Problem to work on: Select, from the material below, each line with "degrees" in it.

Provided data:
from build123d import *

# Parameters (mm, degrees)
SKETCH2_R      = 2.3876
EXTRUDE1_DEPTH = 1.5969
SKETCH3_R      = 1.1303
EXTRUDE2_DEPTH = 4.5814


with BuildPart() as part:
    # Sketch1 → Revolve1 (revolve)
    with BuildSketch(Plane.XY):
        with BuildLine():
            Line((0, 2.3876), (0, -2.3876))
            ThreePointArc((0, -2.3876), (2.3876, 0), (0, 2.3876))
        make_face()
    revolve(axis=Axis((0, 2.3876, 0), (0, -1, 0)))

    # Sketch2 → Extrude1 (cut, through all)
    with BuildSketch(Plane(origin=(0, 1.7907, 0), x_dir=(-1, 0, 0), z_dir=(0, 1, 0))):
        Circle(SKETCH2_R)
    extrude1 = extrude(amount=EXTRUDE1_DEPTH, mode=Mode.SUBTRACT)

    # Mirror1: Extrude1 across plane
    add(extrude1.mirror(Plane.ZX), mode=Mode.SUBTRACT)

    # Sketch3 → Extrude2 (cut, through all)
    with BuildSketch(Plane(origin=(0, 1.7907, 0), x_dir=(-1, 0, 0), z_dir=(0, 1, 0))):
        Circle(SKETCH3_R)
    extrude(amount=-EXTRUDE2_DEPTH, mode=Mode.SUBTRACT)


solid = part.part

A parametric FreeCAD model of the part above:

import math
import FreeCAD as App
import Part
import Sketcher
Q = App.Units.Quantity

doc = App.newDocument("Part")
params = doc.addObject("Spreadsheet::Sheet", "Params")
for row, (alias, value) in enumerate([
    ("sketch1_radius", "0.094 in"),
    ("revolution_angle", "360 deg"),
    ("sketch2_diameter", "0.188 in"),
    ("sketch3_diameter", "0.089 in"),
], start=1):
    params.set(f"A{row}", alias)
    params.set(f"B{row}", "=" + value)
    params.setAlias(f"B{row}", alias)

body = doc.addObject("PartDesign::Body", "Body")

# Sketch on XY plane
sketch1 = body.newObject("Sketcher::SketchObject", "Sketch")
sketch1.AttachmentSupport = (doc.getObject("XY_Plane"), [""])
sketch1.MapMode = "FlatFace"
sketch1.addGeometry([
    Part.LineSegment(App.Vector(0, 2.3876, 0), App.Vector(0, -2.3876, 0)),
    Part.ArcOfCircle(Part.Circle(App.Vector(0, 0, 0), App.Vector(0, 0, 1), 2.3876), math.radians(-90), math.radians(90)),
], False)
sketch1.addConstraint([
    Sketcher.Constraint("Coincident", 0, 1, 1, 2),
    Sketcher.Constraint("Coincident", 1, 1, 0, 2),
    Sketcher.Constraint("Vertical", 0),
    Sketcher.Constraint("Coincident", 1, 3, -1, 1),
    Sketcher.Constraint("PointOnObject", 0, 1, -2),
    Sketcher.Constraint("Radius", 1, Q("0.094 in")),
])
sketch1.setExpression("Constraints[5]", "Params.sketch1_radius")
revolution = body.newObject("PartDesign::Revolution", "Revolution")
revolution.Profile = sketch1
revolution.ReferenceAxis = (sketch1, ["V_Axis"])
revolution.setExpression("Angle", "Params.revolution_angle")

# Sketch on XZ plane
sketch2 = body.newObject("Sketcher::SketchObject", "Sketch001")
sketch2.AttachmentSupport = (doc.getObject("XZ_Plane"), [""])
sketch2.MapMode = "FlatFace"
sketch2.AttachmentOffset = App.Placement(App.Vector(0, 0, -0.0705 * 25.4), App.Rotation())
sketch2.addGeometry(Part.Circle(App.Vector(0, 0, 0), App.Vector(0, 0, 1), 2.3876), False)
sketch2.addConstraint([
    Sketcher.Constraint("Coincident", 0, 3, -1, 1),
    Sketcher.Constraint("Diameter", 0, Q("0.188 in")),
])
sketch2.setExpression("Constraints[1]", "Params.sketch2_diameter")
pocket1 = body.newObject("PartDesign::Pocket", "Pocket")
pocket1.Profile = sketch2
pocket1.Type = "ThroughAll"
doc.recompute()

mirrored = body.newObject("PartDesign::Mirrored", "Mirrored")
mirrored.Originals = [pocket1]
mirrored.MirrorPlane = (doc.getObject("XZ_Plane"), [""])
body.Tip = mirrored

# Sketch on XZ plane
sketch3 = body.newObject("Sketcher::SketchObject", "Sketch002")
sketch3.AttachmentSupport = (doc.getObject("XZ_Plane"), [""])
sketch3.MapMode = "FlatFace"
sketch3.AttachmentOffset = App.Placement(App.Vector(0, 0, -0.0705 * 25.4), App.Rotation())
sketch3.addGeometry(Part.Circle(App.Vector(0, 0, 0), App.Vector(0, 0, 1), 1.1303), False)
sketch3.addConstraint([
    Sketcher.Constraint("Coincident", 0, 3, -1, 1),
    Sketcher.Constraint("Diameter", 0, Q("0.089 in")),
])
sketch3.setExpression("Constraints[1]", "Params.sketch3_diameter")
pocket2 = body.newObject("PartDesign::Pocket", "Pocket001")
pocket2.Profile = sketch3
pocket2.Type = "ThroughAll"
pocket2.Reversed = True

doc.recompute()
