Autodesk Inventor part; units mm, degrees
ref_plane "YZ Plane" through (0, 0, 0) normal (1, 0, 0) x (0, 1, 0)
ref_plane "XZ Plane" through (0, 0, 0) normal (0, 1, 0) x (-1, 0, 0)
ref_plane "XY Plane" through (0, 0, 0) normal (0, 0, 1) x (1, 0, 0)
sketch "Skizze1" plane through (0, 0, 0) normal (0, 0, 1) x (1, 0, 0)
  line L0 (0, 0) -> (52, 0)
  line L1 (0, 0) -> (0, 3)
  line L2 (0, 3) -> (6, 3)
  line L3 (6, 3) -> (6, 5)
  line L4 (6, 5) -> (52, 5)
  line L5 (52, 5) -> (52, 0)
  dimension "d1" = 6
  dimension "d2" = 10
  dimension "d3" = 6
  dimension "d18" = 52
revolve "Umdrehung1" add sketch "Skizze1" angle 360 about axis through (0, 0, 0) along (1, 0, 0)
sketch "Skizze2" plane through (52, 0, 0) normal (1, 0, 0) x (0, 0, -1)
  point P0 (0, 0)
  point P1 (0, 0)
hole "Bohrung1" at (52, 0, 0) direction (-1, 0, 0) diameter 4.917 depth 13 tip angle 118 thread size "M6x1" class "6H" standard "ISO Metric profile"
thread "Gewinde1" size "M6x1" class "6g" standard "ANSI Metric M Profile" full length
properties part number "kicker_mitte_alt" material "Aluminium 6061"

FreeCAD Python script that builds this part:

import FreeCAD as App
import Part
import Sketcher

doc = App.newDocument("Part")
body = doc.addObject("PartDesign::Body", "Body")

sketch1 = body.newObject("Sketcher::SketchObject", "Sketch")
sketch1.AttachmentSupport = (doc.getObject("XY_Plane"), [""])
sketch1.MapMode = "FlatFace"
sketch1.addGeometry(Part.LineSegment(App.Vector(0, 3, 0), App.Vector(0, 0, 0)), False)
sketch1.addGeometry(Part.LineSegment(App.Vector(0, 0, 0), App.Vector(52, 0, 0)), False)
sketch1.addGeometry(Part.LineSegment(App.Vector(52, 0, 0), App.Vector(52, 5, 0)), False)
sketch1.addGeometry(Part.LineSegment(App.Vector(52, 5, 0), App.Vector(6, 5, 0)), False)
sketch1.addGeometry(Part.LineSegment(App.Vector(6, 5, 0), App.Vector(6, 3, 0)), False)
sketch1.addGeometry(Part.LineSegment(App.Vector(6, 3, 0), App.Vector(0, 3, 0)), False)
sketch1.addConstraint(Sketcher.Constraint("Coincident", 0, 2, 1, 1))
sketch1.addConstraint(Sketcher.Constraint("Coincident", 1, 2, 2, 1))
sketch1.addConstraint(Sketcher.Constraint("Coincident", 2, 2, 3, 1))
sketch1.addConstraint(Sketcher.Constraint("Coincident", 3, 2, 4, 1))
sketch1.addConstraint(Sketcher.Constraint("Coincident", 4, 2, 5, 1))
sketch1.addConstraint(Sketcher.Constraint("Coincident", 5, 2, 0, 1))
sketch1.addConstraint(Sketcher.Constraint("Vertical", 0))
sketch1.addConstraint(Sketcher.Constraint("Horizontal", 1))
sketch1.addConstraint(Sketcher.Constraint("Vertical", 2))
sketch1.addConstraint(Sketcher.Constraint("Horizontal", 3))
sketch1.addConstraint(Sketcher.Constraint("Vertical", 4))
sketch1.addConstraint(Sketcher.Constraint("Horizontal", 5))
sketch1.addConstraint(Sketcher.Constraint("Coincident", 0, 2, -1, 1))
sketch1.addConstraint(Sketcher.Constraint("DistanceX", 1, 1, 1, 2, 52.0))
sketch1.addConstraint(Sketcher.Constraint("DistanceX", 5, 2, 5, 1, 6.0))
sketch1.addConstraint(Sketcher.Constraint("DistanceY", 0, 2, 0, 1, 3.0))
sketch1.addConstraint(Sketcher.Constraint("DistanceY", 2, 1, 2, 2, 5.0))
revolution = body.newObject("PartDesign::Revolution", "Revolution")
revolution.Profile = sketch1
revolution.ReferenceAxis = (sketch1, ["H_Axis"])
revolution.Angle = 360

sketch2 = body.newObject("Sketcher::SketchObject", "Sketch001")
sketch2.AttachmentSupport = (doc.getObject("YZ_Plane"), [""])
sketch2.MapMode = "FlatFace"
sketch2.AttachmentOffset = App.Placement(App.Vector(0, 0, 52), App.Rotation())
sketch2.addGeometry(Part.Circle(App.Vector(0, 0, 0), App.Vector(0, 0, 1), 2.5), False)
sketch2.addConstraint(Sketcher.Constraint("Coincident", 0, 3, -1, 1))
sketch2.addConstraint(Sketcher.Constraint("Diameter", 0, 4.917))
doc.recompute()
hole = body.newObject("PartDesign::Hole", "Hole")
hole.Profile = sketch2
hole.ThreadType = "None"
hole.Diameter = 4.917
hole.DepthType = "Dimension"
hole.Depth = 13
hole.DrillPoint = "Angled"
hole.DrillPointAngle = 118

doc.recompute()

Output for this task:
# Parameters (mm, degrees)
Autodesk Inventor part; units mm, degrees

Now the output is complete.